Brainstorming A Potential Architecture
Following the initial client meeting. I started to draft out a system of how something like this would be brought to life. Initially I attempted to go along with an Angular + D3 architecture…however, due to the limitations on time, and resources; I ended up switching to a more popular software solution, the Elastic Stack (Logstash, Elasticsearch, and Kibana).
Generating Mock Data
Due to the sensitive nature of the data that I was working with, it took awhile for legal to approve a small set of mock data to be sent out. I was given a fragment of a query, and a list of potential mock fields that would be contained within a sample data container. With this knowledge I drafted out a mock schema, and wrote a Python script to help automate randomized sets of queries to feed into my Elasticsearch.
Setting Up A Pipeline Via Logstash
Logstash is the L within the ELK stack. Its purpose is to not only act as a pipeline, but also as a data parsing tool. This being the case, it’s best practice to try and clean up, and parse your raw data, prior to having it indexed within Elasticsearch. To do this I had to apply the XML filter, as well as various other mutation, and conditional statements to effectively convert my XML logs into an acceptable JSON object.
I then set up two pipelines, one for errors and the other for access. Once data from an event has gone through the codec it then gets sent into a working queue, afterwards the batch runs through the filters, and outputs the specifications within your conf file.

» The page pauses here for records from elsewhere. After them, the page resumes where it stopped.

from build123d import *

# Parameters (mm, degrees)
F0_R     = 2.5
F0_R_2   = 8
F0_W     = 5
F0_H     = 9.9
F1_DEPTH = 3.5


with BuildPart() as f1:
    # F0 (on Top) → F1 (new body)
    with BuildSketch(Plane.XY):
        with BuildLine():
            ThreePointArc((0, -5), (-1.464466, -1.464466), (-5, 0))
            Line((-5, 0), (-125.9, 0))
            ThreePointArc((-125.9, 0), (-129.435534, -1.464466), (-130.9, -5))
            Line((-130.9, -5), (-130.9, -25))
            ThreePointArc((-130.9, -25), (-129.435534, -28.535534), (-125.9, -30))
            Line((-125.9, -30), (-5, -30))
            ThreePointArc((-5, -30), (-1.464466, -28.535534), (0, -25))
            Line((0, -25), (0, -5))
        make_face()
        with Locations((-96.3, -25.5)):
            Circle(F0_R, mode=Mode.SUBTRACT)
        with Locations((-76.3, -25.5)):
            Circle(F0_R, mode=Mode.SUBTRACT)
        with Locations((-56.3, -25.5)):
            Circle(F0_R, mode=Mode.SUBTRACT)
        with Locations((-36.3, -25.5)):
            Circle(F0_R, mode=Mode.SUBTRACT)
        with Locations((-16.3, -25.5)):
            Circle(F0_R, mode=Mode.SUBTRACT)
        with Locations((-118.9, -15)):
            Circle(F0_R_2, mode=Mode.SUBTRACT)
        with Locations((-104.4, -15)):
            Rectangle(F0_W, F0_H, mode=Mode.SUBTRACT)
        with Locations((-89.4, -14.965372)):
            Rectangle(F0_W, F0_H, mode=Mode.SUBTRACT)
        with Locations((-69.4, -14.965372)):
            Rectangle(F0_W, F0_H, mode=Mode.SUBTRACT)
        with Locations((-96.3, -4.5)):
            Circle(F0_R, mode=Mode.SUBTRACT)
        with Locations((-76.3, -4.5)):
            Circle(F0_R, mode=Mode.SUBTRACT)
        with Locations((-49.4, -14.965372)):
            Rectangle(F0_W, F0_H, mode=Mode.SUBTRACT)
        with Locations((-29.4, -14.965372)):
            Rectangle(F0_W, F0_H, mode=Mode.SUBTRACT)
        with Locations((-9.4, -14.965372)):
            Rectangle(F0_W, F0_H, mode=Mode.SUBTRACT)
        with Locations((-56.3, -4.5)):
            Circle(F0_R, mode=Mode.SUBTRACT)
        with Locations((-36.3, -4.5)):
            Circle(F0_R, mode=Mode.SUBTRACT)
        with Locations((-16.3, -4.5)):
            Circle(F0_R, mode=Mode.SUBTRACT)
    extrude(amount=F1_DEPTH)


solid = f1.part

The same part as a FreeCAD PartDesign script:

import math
import FreeCAD as App
import Part
import Sketcher

V = App.Vector

doc = App.newDocument("Part")
body = doc.addObject("PartDesign::Body", "Body")

sketch1 = body.newObject("Sketcher::SketchObject", "Sketch")
sketch1.AttachmentSupport = (doc.getObject("XY_Plane"), [""])
sketch1.MapMode = "FlatFace"
sketch1.addGeometry([
    Part.ArcOfCircle(Part.Circle(V(-5, -5, 0), V(0, 0, 1), 5), math.radians(-0.000004), math.radians(90.000004)),
    Part.LineSegment(V(-5, 0, 0), V(-125.9, 0, 0)),
    Part.ArcOfCircle(Part.Circle(V(-125.9, -5, 0), V(0, 0, 1), 5), math.radians(89.999996), math.radians(180.000004)),
    Part.LineSegment(V(-130.9, -5, 0), V(-130.9, -25, 0)),
    Part.ArcOfCircle(Part.Circle(V(-125.9, -25, 0), V(0, 0, 1), 5), math.radians(179.999996), math.radians(270.000004)),
    Part.LineSegment(V(-125.9, -30, 0), V(-5, -30, 0)),
    Part.ArcOfCircle(Part.Circle(V(-5, -25, 0), V(0, 0, 1), 5), math.radians(-90.000004), math.radians(0.000004)),
    Part.LineSegment(V(0, -25, 0), V(0, -5, 0)),
    Part.Circle(V(-96.3, -25.5, 0), V(0, 0, 1), 2.5),
    Part.Circle(V(-76.3, -25.5, 0), V(0, 0, 1), 2.5),
    Part.Circle(V(-56.3, -25.5, 0), V(0, 0, 1), 2.5),
    Part.Circle(V(-36.3, -25.5, 0), V(0, 0, 1), 2.5),
    Part.Circle(V(-16.3, -25.5, 0), V(0, 0, 1), 2.5),
    Part.Circle(V(-118.9, -15, 0), V(0, 0, 1), 8),
    Part.LineSegment(V(-101.9, -19.95, 0), V(-106.9, -19.95, 0)),
    Part.LineSegment(V(-106.9, -19.95, 0), V(-106.9, -10.05, 0)),
    Part.LineSegment(V(-106.9, -10.05, 0), V(-101.9, -10.05, 0)),
    Part.LineSegment(V(-101.9, -10.05, 0), V(-101.9, -19.95, 0)),
    Part.LineSegment(V(-86.9, -19.915372, 0), V(-91.9, -19.915372, 0)),
    Part.LineSegment(V(-91.9, -19.915372, 0), V(-91.9, -10.015372, 0)),
    Part.LineSegment(V(-91.9, -10.015372, 0), V(-86.9, -10.015372, 0)),
    Part.LineSegment(V(-86.9, -10.015372, 0), V(-86.9, -19.915372, 0)),
    Part.LineSegment(V(-66.9, -19.915372, 0), V(-71.9, -19.915372, 0)),
    Part.LineSegment(V(-71.9, -19.915372, 0), V(-71.9, -10.015372, 0)),
    Part.LineSegment(V(-71.9, -10.015372, 0), V(-66.9, -10.015372, 0)),
    Part.LineSegment(V(-66.9, -10.015372, 0), V(-66.9, -19.915372, 0)),
    Part.Circle(V(-96.3, -4.5, 0), V(0, 0, 1), 2.5),
    Part.Circle(V(-76.3, -4.5, 0), V(0, 0, 1), 2.5),
    Part.LineSegment(V(-46.9, -19.915372, 0), V(-51.9, -19.915372, 0)),
    Part.LineSegment(V(-51.9, -19.915372, 0), V(-51.9, -10.015372, 0)),
    Part.LineSegment(V(-51.9, -10.015372, 0), V(-46.9, -10.015372, 0)),
    Part.LineSegment(V(-46.9, -10.015372, 0), V(-46.9, -19.915372, 0)),
    Part.LineSegment(V(-26.9, -19.915372, 0), V(-31.9, -19.915372, 0)),
    Part.LineSegment(V(-31.9, -19.915372, 0), V(-31.9, -10.015372, 0)),
    Part.LineSegment(V(-31.9, -10.015372, 0), V(-26.9, -10.015372, 0)),
    Part.LineSegment(V(-26.9, -10.015372, 0), V(-26.9, -19.915372, 0)),
    Part.LineSegment(V(-6.9, -19.915372, 0), V(-11.9, -19.915372, 0)),
    Part.LineSegment(V(-11.9, -19.915372, 0), V(-11.9, -10.015372, 0)),
    Part.LineSegment(V(-11.9, -10.015372, 0), V(-6.9, -10.015372, 0)),
    Part.LineSegment(V(-6.9, -10.015372, 0), V(-6.9, -19.915372, 0)),
    Part.Circle(V(-56.3, -4.5, 0), V(0, 0, 1), 2.5),
    Part.Circle(V(-36.3, -4.5, 0), V(0, 0, 1), 2.5),
    Part.Circle(V(-16.3, -4.5, 0), V(0, 0, 1), 2.5),
], False)
sketch1.addConstraint([
    Sketcher.Constraint("Tangent", 0, 2, 1, 1),
    Sketcher.Constraint("Tangent", 1, 2, 2, 1),
    Sketcher.Constraint("Tangent", 2, 2, 3, 1),
    Sketcher.Constraint("Tangent", 3, 2, 4, 1),
    Sketcher.Constraint("Tangent", 4, 2, 5, 1),
    Sketcher.Constraint("Tangent", 5, 2, 6, 1),
    Sketcher.Constraint("Tangent", 6, 2, 7, 1),
    Sketcher.Constraint("Tangent", 7, 2, 0, 1),
    Sketcher.Constraint("Coincident", 14, 2, 15, 1),
    Sketcher.Constraint("Coincident", 15, 2, 16, 1),
    Sketcher.Constraint("Coincident", 16, 2, 17, 1),
    Sketcher.Constraint("Coincident", 17, 2, 14, 1),
    Sketcher.Constraint("Coincident", 18, 2, 19, 1),
    Sketcher.Constraint("Coincident", 19, 2, 20, 1),
    Sketcher.Constraint("Coincident", 20, 2, 21, 1),
    Sketcher.Constraint("Coincident", 21, 2, 18, 1),
    Sketcher.Constraint("Coincident", 22, 2, 23, 1),
    Sketcher.Constraint("Coincident", 23, 2, 24, 1),
    Sketcher.Constraint("Coincident", 24, 2, 25, 1),
    Sketcher.Constraint("Coincident", 25, 2, 22, 1),
    Sketcher.Constraint("Coincident", 28, 2, 29, 1),
    Sketcher.Constraint("Coincident", 29, 2, 30, 1),
    Sketcher.Constraint("Coincident", 30, 2, 31, 1),
    Sketcher.Constraint("Coincident", 31, 2, 28, 1),
    Sketcher.Constraint("Coincident", 32, 2, 33, 1),
    Sketcher.Constraint("Coincident", 33, 2, 34, 1),
    Sketcher.Constraint("Coincident", 34, 2, 35, 1),
    Sketcher.Constraint("Coincident", 35, 2, 32, 1),
    Sketcher.Constraint("Coincident", 36, 2, 37, 1),
    Sketcher.Constraint("Coincident", 37, 2, 38, 1),
    Sketcher.Constraint("Coincident", 38, 2, 39, 1),
    Sketcher.Constraint("Coincident", 39, 2, 36, 1),
    Sketcher.Constraint("Horizontal", 1),
    Sketcher.Constraint("Vertical", 3),
    Sketcher.Constraint("Horizontal", 5),
    Sketcher.Constraint("Vertical", 7),
    Sketcher.Constraint("Horizontal", 14),
    Sketcher.Constraint("Vertical", 15),
    Sketcher.Constraint("Horizontal", 16),
    Sketcher.Constraint("Vertical", 17),
    Sketcher.Constraint("Horizontal", 18),
    Sketcher.Constraint("Vertical", 19),
    Sketcher.Constraint("Horizontal", 20),
    Sketcher.Constraint("Vertical", 21),
    Sketcher.Constraint("Horizontal", 22),
    Sketcher.Constraint("Vertical", 23),
    Sketcher.Constraint("Horizontal", 24),
    Sketcher.Constraint("Vertical", 25),
    Sketcher.Constraint("Horizontal", 28),
    Sketcher.Constraint("Vertical", 29),
    Sketcher.Constraint("Horizontal", 30),
    Sketcher.Constraint("Vertical", 31),
    Sketcher.Constraint("Horizontal", 32),
    Sketcher.Constraint("Vertical", 33),
    Sketcher.Constraint("Horizontal", 34),
    Sketcher.Constraint("Vertical", 35),
    Sketcher.Constraint("Horizontal", 36),
    Sketcher.Constraint("Vertical", 37),
    Sketcher.Constraint("Horizontal", 38),
    Sketcher.Constraint("Vertical", 39),
    Sketcher.Constraint("Equal", 0, 2),
    Sketcher.Constraint("Equal", 2, 4),
    Sketcher.Constraint("Equal", 4, 6),
    Sketcher.Constraint("Equal", 8, 9),
    Sketcher.Constraint("Equal", 9, 10),
    Sketcher.Constraint("Equal", 10, 11),
    Sketcher.Constraint("Equal", 11, 12),
    Sketcher.Constraint("Equal", 12, 26),
    Sketcher.Constraint("Equal", 26, 27),
    Sketcher.Constraint("Equal", 27, 40),
    Sketcher.Constraint("Equal", 40, 41),
    Sketcher.Constraint("Equal", 41, 42),
    Sketcher.Constraint("PointOnObject", 0, 2, -1),
    Sketcher.Constraint("PointOnObject", 6, 2, -2),
    Sketcher.Constraint("Horizontal", 8, 3, 9, 3),
    Sketcher.Constraint("Horizontal", 9, 3, 10, 3),
    Sketcher.Constraint("Horizontal", 10, 3, 11, 3),
    Sketcher.Constraint("Horizontal", 11, 3, 12, 3),
    Sketcher.Constraint("Horizontal", 26, 3, 27, 3),
    Sketcher.Constraint("Horizontal", 27, 3, 40, 3),
    Sketcher.Constraint("Horizontal", 40, 3, 41, 3),
    Sketcher.Constraint("Horizontal", 41, 3, 42, 3),
    Sketcher.Constraint("Horizontal", 21, 2, 22, 2),
    Sketcher.Constraint("Horizontal", 20, 2, 23, 2),
    Sketcher.Constraint("Horizontal", 25, 2, 28, 2),
    Sketcher.Constraint("Horizontal", 24, 2, 29, 2),
    Sketcher.Constraint("Horizontal", 31, 2, 32, 2),
    Sketcher.Constraint("Horizontal", 30, 2, 33, 2),
    Sketcher.Constraint("Horizontal", 35, 2, 36, 2),
    Sketcher.Constraint("Horizontal", 34, 2, 37, 2),
    Sketcher.Constraint("Vertical", 8, 3, 26, 3),
    Sketcher.Constraint("Vertical", 9, 3, 27, 3),
    Sketcher.Constraint("Vertical", 10, 3, 40, 3),
    Sketcher.Constraint("Vertical", 11, 3, 41, 3),
    Sketcher.Constraint("Vertical", 12, 3, 42, 3),
    Sketcher.Constraint("Equal", 16, 18),
    Sketcher.Constraint("Equal", 20, 22),
    Sketcher.Constraint("Equal", 24, 28),
    Sketcher.Constraint("Equal", 30, 32),
    Sketcher.Constraint("Equal", 34, 36),
    Sketcher.Constraint("Equal", 17, 19),
    Sketcher.Constraint("Diameter", 8, 5.0),
    Sketcher.Constraint("Diameter", 13, 16.0),
    Sketcher.Constraint("Radius", 0, 5.0),
    Sketcher.Constraint("DistanceX", 14, 2, 14, 1, 5.0),
    Sketcher.Constraint("DistanceY", 3, 2, 3, 1, 20.0),
    Sketcher.Constraint("DistanceX", 1, 2, 1, 1, 120.9),
    Sketcher.Constraint("DistanceY", 15, 1, 15, 2, 9.9),
    Sketcher.Constraint("DistanceY", 13, 3, -1, 1, 15.0),
    Sketcher.Constraint("DistanceX", 8, 3, 9, 3, 20.0),
    Sketcher.Constraint("DistanceX", 9, 3, 10, 3, 20.0),
    Sketcher.Constraint("DistanceX", 10, 3, 11, 3, 20.0),
    Sketcher.Constraint("DistanceX", 11, 3, 12, 3, 20.0),
    Sketcher.Constraint("DistanceX", 2, 3, 13, 3, 7.0),
    Sketcher.Constraint("DistanceY", 8, 3, 26, 3, 21.0),
    Sketcher.Constraint("DistanceX", 13, 3, 14, 2, 12.0),
    Sketcher.Constraint("DistanceX", 17, 2, 18, 2, 10.0),
    Sketcher.Constraint("DistanceX", 21, 2, 22, 2, 15.0),
    Sketcher.Constraint("DistanceX", 25, 2, 28, 2, 15.0),
    Sketcher.Constraint("DistanceX", 31, 2, 32, 2, 15.0),
    Sketcher.Constraint("DistanceX", 35, 2, 36, 2, 15.0),
    Sketcher.Constraint("DistanceX", 8, 3, -1, 1, 96.3),
    Sketcher.Constraint("DistanceY", 8, 3, -1, 1, 25.5),
    Sketcher.Constraint("DistanceY", 14, 2, -1, 1, 19.95),
    Sketcher.Constraint("DistanceY", 19, 2, -1, 1, 10.015372),
])
pad1 = body.newObject("PartDesign::Pad", "Pad")
pad1.Profile = sketch1
pad1.Length = 3.5

doc.recompute()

There are two primary ways to send data to Logstash. One is through an http POST request from a client, and the other is to set a primary file path directory that matches a wildcard. I set up both, within the conf file, and tested them with Postman.
Indexing In Elasticsearch
The XML filtering within Logstash was only a direct conversion of the log data into a multi-lined nested JSON object, that wasn’t very optimal for the use cases mentioned above. Thus, I had to pull out and replicate fields from their nested lines to flatten them out. However, I still had to preserve the objects structure in order to have Elasticsearch recognize them as individual objects as opposed to the default behavior.Afterwards, I mapped out keywords for aggregations, and converted some fields into the numerical types best representative of their data. I then proceeded to create an indexing pattern with a wildcard Identifier to match the outputted files of my mock data.
Visualizing Data Within Kibana
Now if the data has been properly parsed, and indexed within Elasticsearch, Kibana is the easy part. You just simply add a new visualization; select your chart type, and then specify the fields that you want to cross. Following which, you then add those visualizations onto a dashboard.
What I Learned
All in all, I would say that my experience with the CIS capstone project has been phenomenal. I got to learn a new technology stack, I was able to work alongside C level executives from Morgan Stanley, but most importantly I believe that the capstone project taught me how to manage my time more efficiently. This semester has been a real balancing act between communicating weekly with clients, and struggling to stay on top of my heavy course-load. However, because of these trials I’ve become better prepared for the industry.